── DATA SHOWN ──

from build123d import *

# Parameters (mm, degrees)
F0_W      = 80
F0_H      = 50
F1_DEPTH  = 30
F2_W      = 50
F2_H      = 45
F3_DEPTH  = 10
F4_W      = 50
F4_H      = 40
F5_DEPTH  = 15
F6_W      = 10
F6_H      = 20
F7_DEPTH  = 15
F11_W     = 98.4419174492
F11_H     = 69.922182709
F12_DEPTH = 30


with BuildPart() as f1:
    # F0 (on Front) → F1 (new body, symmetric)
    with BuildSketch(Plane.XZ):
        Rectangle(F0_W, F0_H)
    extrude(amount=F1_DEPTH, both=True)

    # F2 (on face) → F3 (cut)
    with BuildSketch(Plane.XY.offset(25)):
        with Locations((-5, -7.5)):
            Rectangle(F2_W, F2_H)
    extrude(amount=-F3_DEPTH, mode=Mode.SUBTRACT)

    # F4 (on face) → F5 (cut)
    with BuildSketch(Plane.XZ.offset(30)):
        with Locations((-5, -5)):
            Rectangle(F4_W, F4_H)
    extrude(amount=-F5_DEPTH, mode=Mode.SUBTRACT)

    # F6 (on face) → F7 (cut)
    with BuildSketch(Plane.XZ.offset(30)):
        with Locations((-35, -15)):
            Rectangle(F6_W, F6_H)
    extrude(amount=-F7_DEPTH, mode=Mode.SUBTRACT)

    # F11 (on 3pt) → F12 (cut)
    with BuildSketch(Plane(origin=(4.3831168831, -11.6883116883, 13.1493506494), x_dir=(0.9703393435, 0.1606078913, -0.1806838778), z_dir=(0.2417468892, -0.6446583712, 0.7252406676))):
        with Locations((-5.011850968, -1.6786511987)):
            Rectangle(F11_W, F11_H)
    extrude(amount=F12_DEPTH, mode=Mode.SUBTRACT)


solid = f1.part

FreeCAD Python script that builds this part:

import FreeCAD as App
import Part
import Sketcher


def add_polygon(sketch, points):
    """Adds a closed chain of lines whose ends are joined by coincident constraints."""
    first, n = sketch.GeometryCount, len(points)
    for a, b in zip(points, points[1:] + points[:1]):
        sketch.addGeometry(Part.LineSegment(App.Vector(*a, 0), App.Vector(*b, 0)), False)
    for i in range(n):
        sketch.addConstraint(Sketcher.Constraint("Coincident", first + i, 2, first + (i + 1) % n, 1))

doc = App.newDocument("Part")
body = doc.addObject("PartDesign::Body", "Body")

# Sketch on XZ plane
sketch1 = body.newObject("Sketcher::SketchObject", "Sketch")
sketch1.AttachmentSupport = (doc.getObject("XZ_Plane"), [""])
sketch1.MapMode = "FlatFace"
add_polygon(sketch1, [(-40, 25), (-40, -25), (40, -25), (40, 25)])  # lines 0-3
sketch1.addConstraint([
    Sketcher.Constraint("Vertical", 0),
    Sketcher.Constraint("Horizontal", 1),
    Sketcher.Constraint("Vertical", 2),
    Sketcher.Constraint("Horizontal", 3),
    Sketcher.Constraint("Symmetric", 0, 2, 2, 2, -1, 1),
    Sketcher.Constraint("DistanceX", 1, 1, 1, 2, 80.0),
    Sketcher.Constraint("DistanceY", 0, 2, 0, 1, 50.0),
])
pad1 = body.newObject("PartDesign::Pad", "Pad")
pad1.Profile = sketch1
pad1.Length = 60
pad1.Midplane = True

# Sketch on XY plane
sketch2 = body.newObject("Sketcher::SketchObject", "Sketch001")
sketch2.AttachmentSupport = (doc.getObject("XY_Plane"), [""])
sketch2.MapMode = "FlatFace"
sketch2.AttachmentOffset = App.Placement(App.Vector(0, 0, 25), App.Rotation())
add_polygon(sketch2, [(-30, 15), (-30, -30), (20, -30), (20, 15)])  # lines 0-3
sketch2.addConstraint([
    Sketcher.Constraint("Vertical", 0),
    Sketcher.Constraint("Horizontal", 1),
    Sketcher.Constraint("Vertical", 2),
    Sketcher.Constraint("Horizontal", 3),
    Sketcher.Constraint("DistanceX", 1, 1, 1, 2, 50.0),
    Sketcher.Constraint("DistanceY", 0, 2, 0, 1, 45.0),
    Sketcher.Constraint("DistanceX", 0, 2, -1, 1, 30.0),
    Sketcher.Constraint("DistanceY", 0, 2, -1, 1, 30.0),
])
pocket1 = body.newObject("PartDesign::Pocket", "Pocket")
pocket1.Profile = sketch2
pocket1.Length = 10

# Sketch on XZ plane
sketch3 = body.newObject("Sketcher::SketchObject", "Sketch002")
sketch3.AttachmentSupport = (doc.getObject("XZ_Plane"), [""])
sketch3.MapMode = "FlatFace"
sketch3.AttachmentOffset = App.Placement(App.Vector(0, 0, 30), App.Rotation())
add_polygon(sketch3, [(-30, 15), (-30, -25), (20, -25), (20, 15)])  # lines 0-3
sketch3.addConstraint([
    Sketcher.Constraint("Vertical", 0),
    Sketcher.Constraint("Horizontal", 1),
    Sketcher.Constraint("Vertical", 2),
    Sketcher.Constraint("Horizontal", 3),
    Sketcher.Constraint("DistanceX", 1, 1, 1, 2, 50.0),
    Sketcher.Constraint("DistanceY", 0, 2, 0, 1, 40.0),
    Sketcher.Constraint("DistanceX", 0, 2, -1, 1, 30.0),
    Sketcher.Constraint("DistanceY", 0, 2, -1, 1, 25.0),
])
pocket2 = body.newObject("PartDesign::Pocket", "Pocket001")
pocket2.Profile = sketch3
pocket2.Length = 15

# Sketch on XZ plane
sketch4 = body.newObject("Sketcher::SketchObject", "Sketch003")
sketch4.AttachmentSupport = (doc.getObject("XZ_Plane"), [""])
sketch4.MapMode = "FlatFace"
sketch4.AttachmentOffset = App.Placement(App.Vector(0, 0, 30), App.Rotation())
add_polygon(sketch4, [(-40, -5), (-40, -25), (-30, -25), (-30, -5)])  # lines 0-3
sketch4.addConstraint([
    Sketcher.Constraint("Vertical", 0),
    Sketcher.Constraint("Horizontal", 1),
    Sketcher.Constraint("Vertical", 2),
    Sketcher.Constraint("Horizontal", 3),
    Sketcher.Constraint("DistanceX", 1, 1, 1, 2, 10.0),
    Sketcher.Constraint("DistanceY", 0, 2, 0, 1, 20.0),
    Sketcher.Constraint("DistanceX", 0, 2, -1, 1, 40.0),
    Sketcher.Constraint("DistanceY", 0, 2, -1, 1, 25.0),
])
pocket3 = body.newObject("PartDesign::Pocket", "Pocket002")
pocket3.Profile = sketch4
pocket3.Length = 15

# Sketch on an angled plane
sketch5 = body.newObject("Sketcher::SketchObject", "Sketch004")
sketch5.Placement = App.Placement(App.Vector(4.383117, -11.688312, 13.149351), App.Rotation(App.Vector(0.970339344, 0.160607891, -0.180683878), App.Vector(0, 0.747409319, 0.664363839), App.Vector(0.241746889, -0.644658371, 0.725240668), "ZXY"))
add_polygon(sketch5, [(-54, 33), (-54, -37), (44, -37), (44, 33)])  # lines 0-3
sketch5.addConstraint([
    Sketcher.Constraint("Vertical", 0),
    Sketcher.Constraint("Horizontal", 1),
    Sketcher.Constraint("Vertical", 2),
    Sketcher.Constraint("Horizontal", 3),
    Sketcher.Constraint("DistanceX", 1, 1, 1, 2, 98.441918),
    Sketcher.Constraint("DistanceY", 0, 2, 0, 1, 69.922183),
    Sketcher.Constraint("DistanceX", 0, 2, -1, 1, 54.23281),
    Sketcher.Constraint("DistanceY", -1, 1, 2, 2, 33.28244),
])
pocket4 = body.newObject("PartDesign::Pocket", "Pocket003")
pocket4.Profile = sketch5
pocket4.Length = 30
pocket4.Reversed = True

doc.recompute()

───
── DATA SHOWN ──

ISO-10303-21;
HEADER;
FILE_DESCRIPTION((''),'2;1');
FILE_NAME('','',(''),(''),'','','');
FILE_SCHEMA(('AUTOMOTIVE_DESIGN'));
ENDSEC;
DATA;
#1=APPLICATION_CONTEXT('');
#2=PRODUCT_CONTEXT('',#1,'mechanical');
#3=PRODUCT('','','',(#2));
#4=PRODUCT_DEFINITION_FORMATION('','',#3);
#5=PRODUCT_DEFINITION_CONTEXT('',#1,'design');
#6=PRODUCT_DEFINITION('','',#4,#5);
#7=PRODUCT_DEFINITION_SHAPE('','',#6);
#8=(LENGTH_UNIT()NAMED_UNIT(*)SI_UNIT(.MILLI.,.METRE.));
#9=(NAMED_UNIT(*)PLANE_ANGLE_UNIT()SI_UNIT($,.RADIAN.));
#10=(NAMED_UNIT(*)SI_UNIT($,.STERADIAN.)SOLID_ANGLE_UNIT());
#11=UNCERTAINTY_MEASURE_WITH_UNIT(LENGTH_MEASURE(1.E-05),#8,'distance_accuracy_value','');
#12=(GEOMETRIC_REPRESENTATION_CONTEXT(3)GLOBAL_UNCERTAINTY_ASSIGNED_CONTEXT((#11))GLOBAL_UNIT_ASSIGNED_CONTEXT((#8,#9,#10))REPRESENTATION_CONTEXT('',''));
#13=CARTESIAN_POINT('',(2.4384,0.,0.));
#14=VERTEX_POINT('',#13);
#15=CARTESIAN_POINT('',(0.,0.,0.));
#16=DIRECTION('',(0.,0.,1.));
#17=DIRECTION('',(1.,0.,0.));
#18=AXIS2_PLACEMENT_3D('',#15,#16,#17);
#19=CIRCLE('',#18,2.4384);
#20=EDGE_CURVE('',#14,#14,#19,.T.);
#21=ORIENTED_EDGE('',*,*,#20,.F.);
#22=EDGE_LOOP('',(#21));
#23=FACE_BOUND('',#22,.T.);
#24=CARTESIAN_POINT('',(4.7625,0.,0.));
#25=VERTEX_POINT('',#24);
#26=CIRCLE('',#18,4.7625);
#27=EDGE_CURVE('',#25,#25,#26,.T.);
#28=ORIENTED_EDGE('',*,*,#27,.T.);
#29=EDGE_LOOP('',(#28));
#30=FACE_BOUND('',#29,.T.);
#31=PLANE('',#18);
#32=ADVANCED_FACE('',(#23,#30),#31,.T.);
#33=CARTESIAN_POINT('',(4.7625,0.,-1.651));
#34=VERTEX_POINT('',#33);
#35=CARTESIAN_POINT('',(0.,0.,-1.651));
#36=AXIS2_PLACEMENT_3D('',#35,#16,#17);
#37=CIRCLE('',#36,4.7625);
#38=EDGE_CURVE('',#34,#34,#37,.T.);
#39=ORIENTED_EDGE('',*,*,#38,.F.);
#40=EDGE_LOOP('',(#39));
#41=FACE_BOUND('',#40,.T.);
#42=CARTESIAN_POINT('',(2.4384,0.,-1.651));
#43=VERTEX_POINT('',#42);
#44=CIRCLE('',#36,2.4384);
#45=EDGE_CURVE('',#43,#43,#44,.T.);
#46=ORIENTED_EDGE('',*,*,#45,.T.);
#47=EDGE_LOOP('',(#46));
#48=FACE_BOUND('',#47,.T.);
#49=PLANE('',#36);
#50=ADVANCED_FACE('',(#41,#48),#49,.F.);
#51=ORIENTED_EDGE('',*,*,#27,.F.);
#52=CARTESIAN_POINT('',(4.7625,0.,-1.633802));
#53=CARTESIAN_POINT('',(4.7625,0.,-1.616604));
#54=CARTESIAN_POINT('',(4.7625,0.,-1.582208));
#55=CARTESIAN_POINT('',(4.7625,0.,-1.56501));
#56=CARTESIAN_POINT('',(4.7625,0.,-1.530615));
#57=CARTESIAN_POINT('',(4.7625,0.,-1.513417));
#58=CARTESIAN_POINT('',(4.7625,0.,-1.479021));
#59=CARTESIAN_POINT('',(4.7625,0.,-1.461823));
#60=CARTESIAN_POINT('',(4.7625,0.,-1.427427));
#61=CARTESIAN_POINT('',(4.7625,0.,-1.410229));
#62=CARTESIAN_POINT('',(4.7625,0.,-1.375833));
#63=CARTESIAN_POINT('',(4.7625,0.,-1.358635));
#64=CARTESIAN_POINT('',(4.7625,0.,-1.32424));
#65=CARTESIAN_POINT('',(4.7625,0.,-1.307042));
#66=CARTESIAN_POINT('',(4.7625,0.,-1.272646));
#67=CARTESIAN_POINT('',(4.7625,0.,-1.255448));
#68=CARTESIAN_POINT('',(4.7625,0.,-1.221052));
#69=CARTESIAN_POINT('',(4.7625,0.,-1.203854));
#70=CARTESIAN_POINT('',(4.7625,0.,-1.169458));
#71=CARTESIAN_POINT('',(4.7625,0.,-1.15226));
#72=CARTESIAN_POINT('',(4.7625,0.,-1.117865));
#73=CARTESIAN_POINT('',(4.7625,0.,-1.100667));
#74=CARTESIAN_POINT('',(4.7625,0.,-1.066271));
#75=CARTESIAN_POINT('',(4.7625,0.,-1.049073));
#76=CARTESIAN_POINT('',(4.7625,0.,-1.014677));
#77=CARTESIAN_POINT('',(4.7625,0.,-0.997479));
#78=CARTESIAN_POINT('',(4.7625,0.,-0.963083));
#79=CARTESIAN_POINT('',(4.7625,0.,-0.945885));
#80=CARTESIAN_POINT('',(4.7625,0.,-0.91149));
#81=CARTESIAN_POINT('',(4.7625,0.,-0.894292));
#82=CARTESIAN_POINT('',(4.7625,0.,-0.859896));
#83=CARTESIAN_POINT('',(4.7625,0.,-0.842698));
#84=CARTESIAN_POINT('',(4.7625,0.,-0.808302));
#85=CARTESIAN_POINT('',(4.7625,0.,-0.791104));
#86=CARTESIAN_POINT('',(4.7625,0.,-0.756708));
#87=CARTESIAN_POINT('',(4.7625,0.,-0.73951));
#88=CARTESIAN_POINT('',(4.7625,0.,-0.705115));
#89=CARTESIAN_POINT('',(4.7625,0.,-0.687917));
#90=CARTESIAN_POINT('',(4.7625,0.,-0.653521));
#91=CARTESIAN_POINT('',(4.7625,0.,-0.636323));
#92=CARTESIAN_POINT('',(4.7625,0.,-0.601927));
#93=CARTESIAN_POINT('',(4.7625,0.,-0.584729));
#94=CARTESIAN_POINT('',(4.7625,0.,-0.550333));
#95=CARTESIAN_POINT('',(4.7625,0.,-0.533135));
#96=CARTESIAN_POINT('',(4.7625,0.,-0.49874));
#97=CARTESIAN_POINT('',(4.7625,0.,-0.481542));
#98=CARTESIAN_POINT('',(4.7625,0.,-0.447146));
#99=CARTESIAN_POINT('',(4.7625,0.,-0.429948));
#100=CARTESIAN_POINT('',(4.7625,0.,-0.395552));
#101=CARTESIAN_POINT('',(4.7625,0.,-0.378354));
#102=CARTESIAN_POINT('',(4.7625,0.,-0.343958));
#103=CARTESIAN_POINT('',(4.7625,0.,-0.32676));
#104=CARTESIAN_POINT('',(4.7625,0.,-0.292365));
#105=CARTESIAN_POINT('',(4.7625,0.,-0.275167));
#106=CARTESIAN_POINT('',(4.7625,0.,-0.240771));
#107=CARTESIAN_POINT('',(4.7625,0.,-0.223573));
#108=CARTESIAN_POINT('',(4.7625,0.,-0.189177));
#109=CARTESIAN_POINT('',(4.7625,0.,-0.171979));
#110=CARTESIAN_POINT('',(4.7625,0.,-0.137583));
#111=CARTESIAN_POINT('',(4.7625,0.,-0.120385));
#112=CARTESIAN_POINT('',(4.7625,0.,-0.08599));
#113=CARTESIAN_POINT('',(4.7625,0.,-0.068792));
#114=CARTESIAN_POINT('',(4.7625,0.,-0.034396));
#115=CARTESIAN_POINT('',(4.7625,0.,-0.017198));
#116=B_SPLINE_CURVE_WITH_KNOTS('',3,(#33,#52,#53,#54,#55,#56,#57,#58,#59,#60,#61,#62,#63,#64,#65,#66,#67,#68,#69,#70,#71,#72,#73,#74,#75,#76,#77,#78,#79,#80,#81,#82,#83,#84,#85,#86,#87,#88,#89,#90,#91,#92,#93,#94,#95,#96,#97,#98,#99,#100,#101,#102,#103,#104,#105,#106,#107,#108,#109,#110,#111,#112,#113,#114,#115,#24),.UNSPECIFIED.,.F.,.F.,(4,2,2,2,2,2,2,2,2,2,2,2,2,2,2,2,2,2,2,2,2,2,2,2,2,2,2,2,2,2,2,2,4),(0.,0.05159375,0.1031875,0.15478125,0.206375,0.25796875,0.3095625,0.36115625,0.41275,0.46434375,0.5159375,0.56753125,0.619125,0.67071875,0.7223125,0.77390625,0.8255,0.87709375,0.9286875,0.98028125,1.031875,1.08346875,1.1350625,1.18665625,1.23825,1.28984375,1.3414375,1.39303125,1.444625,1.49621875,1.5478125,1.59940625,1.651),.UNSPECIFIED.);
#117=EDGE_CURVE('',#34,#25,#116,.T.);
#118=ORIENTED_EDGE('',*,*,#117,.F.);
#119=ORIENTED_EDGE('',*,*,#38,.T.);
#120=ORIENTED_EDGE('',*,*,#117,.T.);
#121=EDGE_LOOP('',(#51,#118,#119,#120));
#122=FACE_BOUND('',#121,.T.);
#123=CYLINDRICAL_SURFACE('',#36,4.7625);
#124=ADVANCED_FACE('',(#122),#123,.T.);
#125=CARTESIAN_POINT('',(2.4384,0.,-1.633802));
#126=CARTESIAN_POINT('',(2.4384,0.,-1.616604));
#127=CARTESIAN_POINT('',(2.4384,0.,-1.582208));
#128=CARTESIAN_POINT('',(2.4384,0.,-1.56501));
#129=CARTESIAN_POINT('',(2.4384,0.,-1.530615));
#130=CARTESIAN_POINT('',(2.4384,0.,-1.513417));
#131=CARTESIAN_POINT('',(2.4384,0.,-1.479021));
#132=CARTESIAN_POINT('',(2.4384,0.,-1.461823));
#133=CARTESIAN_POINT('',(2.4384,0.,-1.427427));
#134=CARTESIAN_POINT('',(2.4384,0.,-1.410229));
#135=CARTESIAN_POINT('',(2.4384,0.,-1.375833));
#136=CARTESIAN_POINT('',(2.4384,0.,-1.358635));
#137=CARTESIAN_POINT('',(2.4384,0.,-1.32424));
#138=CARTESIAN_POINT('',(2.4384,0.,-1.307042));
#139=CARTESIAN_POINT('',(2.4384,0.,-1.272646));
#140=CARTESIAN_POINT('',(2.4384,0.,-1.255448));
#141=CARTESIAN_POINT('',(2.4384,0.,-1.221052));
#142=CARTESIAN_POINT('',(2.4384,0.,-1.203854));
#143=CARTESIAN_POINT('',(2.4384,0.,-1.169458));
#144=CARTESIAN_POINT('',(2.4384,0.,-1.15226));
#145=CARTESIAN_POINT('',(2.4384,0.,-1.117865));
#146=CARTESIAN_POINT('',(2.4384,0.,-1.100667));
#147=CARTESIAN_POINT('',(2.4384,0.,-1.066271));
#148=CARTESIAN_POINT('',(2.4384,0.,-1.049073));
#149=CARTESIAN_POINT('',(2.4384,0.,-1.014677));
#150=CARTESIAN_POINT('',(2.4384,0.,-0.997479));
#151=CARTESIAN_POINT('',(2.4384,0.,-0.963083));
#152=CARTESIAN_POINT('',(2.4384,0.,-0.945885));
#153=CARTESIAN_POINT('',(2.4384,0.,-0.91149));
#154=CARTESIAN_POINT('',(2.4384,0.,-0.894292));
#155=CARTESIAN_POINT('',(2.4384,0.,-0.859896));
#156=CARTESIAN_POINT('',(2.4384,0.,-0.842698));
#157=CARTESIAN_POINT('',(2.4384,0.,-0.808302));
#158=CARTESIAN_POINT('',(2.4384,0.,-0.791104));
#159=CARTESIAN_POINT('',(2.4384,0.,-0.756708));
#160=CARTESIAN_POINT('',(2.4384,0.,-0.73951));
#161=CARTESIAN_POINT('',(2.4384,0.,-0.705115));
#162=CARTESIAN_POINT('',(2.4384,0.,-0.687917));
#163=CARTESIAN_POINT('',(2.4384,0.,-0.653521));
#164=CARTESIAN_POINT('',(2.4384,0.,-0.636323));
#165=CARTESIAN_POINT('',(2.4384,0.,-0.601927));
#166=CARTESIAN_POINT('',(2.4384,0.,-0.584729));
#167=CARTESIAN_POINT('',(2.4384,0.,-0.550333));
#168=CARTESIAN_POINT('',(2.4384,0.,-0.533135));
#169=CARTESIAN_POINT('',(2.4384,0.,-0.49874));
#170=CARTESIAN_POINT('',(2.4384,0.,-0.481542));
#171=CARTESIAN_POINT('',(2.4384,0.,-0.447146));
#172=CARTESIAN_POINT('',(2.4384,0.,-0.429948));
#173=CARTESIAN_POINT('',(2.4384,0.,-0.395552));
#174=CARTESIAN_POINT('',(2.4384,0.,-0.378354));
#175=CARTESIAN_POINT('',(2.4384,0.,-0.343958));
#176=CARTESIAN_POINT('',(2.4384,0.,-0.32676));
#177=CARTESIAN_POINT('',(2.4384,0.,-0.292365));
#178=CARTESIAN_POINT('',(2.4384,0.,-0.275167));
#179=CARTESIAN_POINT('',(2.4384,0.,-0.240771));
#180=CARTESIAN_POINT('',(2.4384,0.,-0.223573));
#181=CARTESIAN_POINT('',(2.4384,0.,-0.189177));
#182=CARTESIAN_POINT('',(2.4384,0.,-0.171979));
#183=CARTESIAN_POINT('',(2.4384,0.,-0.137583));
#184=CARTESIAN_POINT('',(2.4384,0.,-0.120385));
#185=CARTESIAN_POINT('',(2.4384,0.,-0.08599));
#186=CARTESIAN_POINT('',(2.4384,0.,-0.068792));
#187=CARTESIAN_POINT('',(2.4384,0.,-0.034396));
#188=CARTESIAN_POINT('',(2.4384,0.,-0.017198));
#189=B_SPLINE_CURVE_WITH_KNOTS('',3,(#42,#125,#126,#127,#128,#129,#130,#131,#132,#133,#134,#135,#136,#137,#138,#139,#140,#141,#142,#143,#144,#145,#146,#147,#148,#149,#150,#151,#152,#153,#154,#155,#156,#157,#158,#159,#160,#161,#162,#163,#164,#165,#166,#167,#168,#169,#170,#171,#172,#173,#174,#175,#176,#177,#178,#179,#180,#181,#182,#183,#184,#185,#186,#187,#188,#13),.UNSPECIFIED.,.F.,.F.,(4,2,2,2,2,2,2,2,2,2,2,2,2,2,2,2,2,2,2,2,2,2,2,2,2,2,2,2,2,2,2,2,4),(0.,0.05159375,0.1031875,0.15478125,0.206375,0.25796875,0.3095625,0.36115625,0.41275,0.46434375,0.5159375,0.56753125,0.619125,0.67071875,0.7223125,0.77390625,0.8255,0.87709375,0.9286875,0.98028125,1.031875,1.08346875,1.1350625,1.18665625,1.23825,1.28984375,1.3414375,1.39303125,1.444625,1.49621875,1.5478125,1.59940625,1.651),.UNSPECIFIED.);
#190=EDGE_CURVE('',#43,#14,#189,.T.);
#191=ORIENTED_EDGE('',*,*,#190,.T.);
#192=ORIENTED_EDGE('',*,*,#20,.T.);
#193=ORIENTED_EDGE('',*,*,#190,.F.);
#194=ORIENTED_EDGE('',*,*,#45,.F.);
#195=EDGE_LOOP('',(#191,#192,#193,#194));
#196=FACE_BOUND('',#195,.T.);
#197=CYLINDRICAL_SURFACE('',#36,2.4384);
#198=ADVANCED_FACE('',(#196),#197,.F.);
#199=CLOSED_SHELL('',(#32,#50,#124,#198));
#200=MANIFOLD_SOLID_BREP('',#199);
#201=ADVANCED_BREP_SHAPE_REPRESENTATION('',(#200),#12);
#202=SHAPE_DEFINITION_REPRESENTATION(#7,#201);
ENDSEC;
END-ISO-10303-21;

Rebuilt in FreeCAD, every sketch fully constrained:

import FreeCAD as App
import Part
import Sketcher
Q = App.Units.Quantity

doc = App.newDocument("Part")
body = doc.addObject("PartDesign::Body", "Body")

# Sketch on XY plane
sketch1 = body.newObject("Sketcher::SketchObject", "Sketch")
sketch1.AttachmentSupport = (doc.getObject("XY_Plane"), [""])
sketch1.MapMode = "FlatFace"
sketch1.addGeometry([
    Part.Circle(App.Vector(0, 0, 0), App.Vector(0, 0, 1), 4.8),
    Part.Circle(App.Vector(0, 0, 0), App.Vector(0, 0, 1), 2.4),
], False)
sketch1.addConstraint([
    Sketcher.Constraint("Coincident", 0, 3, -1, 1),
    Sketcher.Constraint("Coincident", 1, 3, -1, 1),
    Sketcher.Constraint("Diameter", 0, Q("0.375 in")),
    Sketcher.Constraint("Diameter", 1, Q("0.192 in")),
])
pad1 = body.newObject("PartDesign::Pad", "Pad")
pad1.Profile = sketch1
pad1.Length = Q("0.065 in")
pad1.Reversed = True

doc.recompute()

───

TASK REQUIREMENTS :: Without adding anything, say how many lines in the listing above include the string "amount".

RESULT FOR THIS TASK :: 5